● WHAT THE TASK REQUIRES:
Write out the stretch of lines below that begins at the line with "v 19.492 -47.392 12.7" and ends at the line with "v 60.31 -2.635 7.261", including both, exactly as given and nothing more.
####
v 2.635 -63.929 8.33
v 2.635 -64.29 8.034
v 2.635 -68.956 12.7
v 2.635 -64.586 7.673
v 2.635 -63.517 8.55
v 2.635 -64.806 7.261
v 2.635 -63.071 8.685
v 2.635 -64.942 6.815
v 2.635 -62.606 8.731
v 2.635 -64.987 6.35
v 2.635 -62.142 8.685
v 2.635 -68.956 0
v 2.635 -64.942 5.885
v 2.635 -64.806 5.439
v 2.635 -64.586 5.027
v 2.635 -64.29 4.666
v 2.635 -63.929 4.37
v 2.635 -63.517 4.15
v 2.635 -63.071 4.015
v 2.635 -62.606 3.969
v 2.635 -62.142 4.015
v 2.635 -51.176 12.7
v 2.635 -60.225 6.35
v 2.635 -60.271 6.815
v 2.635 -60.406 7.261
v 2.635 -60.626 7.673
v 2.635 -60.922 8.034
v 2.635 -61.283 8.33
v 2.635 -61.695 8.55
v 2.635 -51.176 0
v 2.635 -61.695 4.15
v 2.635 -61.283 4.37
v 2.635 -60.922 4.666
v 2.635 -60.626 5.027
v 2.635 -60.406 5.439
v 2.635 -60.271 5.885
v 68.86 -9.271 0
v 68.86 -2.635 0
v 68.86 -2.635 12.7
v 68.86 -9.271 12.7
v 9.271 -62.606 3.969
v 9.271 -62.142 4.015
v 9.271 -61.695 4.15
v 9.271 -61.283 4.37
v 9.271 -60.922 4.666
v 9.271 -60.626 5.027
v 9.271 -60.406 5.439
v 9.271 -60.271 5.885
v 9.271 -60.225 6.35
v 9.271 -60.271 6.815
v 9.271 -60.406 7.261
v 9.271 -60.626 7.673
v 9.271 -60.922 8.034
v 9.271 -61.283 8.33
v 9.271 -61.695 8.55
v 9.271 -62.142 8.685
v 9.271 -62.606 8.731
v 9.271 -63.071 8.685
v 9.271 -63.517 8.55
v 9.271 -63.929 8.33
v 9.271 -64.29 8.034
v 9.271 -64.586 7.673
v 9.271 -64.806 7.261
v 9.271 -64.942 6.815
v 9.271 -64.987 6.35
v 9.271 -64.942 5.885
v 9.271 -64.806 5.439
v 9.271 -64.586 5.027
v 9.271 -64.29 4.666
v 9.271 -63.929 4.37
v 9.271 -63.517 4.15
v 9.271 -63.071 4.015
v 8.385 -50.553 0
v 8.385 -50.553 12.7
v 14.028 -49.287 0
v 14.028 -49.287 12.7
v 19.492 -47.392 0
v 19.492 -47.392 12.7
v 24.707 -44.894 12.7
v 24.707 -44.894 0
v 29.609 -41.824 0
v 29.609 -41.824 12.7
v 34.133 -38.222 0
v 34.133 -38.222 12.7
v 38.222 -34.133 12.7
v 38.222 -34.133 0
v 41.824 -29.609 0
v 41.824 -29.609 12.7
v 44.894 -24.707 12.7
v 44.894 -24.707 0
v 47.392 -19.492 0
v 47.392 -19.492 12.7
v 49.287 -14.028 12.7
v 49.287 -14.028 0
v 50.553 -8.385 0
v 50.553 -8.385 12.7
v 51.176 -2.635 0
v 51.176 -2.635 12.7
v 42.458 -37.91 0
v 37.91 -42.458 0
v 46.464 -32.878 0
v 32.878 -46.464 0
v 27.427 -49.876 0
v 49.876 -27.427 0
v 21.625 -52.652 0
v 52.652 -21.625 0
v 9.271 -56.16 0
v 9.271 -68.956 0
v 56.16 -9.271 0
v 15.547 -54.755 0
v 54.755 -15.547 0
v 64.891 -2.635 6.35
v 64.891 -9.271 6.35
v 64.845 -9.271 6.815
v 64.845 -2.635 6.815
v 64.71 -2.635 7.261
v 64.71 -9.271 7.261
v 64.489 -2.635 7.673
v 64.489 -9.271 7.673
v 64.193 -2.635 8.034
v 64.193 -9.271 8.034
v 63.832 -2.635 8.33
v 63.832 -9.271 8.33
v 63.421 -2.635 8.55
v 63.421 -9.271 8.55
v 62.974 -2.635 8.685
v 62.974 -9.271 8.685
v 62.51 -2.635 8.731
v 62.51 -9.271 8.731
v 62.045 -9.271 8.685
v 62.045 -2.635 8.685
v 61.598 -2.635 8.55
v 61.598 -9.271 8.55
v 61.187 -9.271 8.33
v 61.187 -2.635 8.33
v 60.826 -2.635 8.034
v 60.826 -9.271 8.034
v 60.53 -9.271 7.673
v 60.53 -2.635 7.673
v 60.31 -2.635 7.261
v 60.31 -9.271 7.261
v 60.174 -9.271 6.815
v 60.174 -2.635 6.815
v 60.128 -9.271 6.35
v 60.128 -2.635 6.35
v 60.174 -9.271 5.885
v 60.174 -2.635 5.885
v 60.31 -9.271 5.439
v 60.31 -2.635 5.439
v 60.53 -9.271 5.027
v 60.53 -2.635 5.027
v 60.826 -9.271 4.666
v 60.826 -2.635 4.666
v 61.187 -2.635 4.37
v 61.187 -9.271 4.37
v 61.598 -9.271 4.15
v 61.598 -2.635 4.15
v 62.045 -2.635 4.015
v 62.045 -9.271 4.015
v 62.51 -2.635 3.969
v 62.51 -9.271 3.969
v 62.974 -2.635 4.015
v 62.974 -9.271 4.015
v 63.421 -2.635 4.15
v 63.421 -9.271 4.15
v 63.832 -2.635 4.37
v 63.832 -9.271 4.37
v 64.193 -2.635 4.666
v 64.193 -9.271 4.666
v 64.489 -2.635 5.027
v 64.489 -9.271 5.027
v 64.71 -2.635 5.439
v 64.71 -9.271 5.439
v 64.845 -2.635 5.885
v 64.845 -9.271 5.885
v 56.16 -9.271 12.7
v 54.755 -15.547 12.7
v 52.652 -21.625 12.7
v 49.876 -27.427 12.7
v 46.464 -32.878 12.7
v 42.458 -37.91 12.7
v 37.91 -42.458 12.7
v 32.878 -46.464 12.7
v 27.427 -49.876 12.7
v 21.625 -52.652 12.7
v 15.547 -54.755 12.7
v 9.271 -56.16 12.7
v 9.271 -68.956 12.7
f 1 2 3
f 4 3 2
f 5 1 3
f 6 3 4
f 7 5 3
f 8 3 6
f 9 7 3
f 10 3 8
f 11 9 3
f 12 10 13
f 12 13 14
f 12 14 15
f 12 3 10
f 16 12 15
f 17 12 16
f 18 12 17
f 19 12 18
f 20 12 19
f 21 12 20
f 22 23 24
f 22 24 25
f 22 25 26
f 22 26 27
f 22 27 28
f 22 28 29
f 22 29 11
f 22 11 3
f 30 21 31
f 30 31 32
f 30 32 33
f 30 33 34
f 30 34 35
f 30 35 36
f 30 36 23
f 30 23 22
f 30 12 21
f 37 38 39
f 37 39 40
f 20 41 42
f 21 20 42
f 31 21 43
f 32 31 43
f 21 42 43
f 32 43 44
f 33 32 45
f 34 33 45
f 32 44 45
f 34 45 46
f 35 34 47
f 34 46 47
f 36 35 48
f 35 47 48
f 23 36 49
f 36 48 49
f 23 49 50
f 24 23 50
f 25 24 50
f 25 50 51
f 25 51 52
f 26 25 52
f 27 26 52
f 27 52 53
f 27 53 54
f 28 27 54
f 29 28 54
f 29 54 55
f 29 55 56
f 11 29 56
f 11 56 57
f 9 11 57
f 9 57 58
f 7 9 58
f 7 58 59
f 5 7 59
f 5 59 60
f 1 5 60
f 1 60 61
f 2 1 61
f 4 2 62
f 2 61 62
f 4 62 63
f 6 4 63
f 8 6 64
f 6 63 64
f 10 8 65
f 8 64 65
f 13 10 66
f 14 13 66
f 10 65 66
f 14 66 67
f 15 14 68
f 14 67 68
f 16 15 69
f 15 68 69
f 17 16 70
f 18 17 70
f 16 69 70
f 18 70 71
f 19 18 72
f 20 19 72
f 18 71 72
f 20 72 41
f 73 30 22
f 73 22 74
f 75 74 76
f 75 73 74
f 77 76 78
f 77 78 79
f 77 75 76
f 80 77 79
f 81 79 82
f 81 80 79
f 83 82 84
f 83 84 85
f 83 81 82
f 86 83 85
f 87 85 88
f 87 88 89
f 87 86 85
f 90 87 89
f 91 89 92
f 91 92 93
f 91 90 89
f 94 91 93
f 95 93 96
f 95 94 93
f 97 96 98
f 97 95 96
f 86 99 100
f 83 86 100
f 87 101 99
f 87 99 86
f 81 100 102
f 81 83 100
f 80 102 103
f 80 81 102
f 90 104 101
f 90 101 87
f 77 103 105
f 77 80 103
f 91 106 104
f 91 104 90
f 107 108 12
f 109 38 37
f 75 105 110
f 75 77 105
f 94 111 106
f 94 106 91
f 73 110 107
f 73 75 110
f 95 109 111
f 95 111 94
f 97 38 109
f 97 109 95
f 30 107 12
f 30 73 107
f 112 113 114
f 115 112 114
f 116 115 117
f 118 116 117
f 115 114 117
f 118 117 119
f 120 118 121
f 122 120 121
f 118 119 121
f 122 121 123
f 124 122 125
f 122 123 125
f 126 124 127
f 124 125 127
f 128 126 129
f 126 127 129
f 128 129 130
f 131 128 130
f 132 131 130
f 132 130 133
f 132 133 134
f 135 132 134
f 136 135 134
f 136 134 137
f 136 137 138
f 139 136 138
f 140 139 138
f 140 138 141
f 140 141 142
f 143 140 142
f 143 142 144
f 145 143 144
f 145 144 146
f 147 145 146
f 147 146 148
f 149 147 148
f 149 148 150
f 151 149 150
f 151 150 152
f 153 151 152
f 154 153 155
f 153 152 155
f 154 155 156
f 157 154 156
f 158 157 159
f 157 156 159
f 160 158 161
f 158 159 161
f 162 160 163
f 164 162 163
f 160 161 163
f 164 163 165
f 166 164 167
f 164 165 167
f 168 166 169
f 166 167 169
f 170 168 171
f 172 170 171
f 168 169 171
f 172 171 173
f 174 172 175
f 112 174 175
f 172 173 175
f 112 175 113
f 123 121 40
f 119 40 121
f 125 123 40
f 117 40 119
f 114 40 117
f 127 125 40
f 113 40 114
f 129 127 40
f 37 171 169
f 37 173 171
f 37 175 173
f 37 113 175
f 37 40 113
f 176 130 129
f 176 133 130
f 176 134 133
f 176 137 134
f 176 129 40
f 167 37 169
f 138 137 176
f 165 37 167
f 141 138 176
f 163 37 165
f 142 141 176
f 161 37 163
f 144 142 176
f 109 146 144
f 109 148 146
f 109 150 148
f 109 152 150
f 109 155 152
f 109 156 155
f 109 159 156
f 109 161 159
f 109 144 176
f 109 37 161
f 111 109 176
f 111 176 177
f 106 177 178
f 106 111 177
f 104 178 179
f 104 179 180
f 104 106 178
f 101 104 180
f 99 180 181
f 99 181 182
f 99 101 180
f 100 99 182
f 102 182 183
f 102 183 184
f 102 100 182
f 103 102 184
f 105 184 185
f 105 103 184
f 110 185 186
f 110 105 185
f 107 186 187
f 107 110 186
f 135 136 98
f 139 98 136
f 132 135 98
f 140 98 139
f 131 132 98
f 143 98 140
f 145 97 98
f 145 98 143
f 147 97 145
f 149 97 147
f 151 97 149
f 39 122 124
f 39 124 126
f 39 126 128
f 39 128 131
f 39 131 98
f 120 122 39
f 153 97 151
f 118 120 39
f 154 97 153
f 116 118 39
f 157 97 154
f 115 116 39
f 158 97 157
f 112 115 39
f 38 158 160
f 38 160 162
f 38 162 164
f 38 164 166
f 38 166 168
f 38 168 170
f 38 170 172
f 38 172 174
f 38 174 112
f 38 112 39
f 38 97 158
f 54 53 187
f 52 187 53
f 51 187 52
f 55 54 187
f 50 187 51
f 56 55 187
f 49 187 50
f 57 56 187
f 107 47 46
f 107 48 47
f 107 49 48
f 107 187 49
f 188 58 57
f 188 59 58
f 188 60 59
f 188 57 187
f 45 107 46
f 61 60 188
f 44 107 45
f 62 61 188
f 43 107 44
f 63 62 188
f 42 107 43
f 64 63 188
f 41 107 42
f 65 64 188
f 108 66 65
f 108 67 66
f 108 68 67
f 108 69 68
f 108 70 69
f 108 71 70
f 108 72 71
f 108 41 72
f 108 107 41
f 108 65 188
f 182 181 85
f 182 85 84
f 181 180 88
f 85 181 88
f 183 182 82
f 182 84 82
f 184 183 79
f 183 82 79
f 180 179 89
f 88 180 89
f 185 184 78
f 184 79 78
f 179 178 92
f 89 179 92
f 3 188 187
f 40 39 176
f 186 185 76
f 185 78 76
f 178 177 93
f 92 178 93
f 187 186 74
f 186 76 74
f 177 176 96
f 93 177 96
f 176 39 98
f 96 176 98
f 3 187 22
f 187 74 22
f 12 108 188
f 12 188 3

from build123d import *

# Parameters (mm, degrees)
BOSS_EXTRUDE3_DEPTH = 12.7
SKETCH2_R           = 2.38125
CUT_EXTRUDE1_DEPTH  = 7.63575
SKETCH3_R           = 2.38125
CUT_EXTRUDE2_DEPTH  = 7.63575


with BuildPart() as part:
    # Sketch1 → Boss-Extrude3 (new body)
    with BuildSketch(Plane.XY):
        with BuildLine():
            Line((51.176153738, -2.63525), (68.859545977, -2.63525))
            Line((68.859545977, -2.63525), (68.859545977, -9.271))
            Line((68.859545977, -9.271), (56.159545977, -9.271))
            ThreePointArc((56.159545977, -9.271), (40.248267325, -40.248267325), (9.271, -56.159545977))
            Line((9.271, -56.159545977), (9.271, -68.956153738))
            Line((9.271, -68.956153738), (2.63525, -68.956153738))
            Line((2.63525, -68.956153738), (2.63525, -51.176153738))
            ThreePointArc((2.63525, -51.176153738), (36.234950351, -36.234950351), (51.176153738, -2.63525))
        make_face()
    extrude(amount=BOSS_EXTRUDE3_DEPTH)

    # Sketch2 → Cut-Extrude1 (cut, through all)
    with BuildSketch(Plane(origin=(9.271, 0, 0), x_dir=(0, 0, -1), z_dir=(1, 0, 0))):
        with Locations((-6.35, -62.606153738)):
            Circle(SKETCH2_R)
    extrude(amount=-CUT_EXTRUDE1_DEPTH, mode=Mode.SUBTRACT)

    # Sketch3 → Cut-Extrude2 (cut, through all)
    with BuildSketch(Plane.XZ.offset(9.271)):
        with Locations((62.509545977, 6.35)):
            Circle(SKETCH3_R)
    extrude(amount=-CUT_EXTRUDE2_DEPTH, mode=Mode.SUBTRACT)


solid = part.part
####
● THE ANSWER:
v 19.492 -47.392 12.7
v 24.707 -44.894 12.7
v 24.707 -44.894 0
v 29.609 -41.824 0
v 29.609 -41.824 12.7
v 34.133 -38.222 0
v 34.133 -38.222 12.7
v 38.222 -34.133 12.7
v 38.222 -34.133 0
v 41.824 -29.609 0
v 41.824 -29.609 12.7
v 44.894 -24.707 12.7
v 44.894 -24.707 0
v 47.392 -19.492 0
v 47.392 -19.492 12.7
v 49.287 -14.028 12.7
v 49.287 -14.028 0
v 50.553 -8.385 0
v 50.553 -8.385 12.7
v 51.176 -2.635 0
v 51.176 -2.635 12.7
v 42.458 -37.91 0
v 37.91 -42.458 0
v 46.464 -32.878 0
v 32.878 -46.464 0
v 27.427 -49.876 0
v 49.876 -27.427 0
v 21.625 -52.652 0
v 52.652 -21.625 0
v 9.271 -56.16 0
v 9.271 -68.956 0
v 56.16 -9.271 0
v 15.547 -54.755 0
v 54.755 -15.547 0
v 64.891 -2.635 6.35
v 64.891 -9.271 6.35
v 64.845 -9.271 6.815
v 64.845 -2.635 6.815
v 64.71 -2.635 7.261
v 64.71 -9.271 7.261
v 64.489 -2.635 7.673
v 64.489 -9.271 7.673
v 64.193 -2.635 8.034
v 64.193 -9.271 8.034
v 63.832 -2.635 8.33
v 63.832 -9.271 8.33
v 63.421 -2.635 8.55
v 63.421 -9.271 8.55
v 62.974 -2.635 8.685
v 62.974 -9.271 8.685
v 62.51 -2.635 8.731
v 62.51 -9.271 8.731
v 62.045 -9.271 8.685
v 62.045 -2.635 8.685
v 61.598 -2.635 8.55
v 61.598 -9.271 8.55
v 61.187 -9.271 8.33
v 61.187 -2.635 8.33
v 60.826 -2.635 8.034
v 60.826 -9.271 8.034
v 60.53 -9.271 7.673
v 60.53 -2.635 7.673
v 60.31 -2.635 7.261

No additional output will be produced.